Il settore energetico è quello più esposto alle opposizioni. La conferma arriva dall’ultimo rapporto dell’Osservatorio Media Permanente Nimby Forum®. Dei 342 impianti oggetto di contestazione in Italia nel 2015, il 52,33% delle rilevazioni totali riguardava proprio i progetti inerenti l’energia. Tra i dati più rilevanti, la crescita significativa – dal 14,6% del 2014 al 18,6% del 2015 – delle opere contestate in ragione di un deficit di coinvolgimento o di iter autorizzativi farraginosi e contorti. A farne le spese diversi progetti di produzione energetica, senza distinzione tra fonti rinnovabili e non. Di seguito alcuni degli esempi più significativi.

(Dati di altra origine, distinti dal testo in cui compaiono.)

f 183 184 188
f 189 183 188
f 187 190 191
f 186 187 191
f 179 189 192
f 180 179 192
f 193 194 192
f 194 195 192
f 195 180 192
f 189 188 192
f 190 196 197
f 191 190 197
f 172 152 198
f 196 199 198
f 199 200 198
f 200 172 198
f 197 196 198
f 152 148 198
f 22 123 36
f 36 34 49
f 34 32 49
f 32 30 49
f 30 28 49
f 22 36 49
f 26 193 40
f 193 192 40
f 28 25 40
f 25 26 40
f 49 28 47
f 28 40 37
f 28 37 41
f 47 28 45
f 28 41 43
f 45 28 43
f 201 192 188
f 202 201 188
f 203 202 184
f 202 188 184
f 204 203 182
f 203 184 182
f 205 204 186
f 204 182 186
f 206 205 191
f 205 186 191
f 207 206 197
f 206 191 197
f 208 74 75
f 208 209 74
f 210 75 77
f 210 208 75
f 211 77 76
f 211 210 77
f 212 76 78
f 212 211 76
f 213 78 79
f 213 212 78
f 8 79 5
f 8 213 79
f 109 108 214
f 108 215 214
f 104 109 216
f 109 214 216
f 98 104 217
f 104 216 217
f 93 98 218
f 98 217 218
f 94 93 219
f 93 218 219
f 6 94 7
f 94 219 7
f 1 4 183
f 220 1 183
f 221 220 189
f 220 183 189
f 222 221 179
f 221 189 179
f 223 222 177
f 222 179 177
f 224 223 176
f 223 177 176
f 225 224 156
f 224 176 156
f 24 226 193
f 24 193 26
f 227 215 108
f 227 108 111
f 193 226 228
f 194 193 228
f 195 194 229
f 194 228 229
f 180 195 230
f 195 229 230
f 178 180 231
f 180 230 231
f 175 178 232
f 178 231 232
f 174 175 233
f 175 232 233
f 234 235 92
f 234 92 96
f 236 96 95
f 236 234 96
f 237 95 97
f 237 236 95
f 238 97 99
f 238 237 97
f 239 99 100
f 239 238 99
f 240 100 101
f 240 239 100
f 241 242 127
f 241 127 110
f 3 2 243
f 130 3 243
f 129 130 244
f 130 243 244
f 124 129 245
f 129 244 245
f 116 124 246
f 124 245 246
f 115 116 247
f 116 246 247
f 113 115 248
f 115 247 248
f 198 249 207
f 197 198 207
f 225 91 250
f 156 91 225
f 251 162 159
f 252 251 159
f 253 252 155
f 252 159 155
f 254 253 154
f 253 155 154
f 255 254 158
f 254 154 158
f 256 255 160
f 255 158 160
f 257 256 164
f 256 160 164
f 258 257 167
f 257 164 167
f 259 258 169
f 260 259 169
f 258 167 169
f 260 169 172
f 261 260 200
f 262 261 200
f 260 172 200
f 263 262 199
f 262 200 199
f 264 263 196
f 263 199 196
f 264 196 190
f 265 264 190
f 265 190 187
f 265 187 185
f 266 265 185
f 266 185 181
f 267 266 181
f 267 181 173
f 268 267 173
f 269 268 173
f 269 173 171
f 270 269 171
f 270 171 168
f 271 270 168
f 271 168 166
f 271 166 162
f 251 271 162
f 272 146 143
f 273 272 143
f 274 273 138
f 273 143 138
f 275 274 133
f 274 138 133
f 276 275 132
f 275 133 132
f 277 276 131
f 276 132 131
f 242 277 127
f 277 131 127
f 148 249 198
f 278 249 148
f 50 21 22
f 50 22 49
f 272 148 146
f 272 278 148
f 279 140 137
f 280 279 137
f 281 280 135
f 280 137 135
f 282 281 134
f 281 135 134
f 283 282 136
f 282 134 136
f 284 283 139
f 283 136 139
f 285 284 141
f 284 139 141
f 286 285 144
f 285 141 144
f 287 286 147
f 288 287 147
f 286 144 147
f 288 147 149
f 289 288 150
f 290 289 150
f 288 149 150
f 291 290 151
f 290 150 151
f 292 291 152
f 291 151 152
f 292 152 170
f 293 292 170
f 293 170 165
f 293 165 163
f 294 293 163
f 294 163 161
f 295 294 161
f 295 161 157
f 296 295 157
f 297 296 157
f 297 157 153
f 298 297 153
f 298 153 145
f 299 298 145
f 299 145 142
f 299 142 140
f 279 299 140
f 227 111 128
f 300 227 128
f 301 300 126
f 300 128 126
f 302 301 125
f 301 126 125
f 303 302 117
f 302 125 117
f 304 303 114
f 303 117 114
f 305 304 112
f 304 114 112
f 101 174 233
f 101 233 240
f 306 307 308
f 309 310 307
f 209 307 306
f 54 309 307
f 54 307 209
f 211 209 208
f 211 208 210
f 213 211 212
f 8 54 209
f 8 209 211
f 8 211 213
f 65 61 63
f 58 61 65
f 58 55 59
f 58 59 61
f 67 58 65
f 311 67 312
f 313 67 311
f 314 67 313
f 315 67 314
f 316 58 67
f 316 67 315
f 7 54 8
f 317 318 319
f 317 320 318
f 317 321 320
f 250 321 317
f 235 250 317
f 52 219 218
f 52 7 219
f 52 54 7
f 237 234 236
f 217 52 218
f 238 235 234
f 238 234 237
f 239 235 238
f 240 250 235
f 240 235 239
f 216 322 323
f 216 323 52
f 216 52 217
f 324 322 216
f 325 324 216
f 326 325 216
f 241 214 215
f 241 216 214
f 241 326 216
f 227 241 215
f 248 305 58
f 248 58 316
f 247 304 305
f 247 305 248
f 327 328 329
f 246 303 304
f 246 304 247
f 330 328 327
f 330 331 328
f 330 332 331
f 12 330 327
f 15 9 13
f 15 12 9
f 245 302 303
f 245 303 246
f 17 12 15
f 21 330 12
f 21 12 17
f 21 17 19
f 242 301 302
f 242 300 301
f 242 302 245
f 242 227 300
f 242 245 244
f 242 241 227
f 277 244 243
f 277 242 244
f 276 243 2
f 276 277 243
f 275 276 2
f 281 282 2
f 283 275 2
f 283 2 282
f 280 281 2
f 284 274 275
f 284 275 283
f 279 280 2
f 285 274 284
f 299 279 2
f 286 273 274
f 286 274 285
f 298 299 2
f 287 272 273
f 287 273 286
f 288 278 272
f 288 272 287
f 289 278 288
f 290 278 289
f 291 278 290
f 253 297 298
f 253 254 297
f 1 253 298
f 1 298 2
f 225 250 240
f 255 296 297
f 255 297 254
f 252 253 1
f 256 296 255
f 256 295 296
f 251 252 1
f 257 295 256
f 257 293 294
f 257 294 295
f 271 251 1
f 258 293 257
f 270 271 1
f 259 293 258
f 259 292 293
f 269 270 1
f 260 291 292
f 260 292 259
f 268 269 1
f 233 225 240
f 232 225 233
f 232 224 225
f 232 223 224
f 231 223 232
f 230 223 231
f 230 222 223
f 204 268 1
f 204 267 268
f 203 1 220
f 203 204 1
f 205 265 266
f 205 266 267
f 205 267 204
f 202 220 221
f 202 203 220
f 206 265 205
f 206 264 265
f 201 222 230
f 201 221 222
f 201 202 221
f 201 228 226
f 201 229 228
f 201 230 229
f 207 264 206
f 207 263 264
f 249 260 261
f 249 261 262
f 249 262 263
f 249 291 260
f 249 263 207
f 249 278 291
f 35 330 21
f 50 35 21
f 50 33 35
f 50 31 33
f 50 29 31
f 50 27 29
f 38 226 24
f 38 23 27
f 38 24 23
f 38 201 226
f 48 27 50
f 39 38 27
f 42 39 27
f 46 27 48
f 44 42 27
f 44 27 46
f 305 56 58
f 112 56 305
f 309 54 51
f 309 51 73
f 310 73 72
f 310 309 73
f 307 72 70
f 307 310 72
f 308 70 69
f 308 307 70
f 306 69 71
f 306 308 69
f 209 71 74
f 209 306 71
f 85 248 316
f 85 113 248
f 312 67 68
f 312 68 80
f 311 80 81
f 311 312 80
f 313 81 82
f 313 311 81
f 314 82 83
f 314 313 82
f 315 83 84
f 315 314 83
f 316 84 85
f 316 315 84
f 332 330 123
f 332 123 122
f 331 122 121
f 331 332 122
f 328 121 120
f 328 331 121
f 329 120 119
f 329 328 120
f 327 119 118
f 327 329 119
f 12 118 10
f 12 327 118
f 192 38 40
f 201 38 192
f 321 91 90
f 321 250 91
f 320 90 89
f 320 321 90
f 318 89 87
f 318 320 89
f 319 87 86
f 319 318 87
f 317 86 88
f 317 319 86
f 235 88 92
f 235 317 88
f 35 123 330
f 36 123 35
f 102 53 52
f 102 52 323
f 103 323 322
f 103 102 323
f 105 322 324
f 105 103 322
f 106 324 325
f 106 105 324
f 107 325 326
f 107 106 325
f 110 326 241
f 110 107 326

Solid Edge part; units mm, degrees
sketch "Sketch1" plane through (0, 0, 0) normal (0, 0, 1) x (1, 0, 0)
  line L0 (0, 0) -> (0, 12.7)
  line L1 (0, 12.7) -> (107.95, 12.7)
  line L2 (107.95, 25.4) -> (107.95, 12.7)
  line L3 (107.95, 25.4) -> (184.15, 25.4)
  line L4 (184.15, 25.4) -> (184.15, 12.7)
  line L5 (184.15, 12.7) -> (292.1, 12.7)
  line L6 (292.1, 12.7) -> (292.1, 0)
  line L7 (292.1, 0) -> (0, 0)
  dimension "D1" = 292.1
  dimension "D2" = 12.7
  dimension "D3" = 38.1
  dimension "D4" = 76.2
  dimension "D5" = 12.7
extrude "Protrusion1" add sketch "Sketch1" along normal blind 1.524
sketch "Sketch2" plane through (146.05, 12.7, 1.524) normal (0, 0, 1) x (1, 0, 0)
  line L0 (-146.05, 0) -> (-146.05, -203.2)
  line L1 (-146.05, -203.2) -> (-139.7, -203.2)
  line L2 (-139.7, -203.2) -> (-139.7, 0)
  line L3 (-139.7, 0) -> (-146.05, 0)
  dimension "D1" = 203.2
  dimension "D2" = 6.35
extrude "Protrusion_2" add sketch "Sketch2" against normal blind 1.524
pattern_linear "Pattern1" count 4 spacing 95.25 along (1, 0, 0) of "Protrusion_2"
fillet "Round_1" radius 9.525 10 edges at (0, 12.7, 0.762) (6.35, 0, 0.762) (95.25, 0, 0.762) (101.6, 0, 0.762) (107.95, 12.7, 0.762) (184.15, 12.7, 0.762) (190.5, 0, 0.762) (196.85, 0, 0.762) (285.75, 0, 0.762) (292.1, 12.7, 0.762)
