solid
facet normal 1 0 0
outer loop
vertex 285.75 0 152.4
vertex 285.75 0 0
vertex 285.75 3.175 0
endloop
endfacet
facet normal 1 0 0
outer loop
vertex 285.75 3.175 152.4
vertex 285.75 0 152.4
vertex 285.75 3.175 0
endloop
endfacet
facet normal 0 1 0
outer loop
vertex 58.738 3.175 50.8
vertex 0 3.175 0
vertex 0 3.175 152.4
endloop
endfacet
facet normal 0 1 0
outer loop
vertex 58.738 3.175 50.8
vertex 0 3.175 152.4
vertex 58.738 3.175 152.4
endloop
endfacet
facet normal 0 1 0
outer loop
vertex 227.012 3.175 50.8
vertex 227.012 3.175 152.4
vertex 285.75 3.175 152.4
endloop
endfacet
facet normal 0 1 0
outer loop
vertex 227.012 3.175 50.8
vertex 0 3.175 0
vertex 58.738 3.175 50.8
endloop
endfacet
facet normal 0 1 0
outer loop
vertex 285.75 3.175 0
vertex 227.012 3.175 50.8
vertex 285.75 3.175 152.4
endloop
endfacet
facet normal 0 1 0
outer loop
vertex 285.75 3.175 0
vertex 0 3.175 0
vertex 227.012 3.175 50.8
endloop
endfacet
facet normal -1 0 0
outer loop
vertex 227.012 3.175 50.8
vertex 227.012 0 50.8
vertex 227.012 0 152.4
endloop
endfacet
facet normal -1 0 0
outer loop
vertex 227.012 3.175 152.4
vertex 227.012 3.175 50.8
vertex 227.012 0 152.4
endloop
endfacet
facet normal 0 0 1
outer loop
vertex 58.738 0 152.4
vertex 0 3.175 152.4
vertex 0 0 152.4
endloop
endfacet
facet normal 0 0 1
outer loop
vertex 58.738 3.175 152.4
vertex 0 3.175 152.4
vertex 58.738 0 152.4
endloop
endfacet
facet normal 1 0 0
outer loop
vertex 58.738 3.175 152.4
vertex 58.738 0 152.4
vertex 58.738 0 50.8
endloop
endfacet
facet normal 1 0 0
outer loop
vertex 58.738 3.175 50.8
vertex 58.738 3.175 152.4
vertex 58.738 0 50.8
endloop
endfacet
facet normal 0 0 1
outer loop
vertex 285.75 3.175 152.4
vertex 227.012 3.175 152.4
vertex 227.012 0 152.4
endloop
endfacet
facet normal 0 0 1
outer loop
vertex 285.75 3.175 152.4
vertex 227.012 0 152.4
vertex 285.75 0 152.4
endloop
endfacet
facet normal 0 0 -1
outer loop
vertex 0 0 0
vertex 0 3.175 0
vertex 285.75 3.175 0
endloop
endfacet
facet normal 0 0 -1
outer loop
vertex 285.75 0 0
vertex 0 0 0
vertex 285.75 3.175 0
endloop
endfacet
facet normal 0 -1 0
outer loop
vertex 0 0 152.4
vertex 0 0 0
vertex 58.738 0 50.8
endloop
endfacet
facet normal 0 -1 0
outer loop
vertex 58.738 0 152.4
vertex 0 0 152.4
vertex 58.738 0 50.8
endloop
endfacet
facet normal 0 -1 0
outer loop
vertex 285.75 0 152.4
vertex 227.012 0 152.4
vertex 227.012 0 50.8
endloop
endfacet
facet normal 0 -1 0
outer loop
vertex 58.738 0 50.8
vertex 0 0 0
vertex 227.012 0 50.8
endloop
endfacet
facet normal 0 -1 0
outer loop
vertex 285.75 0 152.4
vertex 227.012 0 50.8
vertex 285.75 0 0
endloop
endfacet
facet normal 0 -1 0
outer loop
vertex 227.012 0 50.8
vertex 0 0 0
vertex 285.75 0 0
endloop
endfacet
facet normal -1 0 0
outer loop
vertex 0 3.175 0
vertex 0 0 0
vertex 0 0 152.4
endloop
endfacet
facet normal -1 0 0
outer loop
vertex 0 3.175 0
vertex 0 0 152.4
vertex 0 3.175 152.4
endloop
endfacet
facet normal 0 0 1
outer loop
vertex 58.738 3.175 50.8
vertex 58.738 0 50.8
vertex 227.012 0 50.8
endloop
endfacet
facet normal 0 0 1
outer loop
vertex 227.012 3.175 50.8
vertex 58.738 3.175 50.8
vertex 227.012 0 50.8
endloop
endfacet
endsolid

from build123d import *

# Parameters (mm, degrees)
F0_W     = 285.75
F0_H     = 3.175
F1_DEPTH = 152.4
F3_DEPTH = 25.4


with BuildPart() as f1:
    # F0 (on Top) → F1 (new body)
    with BuildSketch(Plane.XY):
        with Locations((142.875, 1.5875)):
            Rectangle(F0_W, F0_H)
    extrude(amount=F1_DEPTH)

    # F2 (on face) → F3 (cut)
    with BuildSketch(Plane.XZ):
        Polygon((58.7375, 50.8), (142.875, 50.8), (227.0125, 50.8), (227.0125, 76.2), (227.0125, 152.4), (58.7375, 152.4), (58.7375, 76.2), align=None)
    extrude(amount=-F3_DEPTH, mode=Mode.SUBTRACT)


solid = f1.part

L’eolico off-shore in Italia fermato dall’incertezza normativa
Contrariamente a quanto avviene in altri paesi dell’Unione europea - come la Francia, la Spagna e la Germania - che si sono dotati di procedure chiare e trasparenti per la gestione dei progetti, in Italia per gli impianti eolici off-shore manca certezza normativa: non esistono regole per valutare i progetti, per escludere le aree da tutelare, per informare i cittadini; in mare non valgono neanche le linee guida approvate per gli impianti a terra.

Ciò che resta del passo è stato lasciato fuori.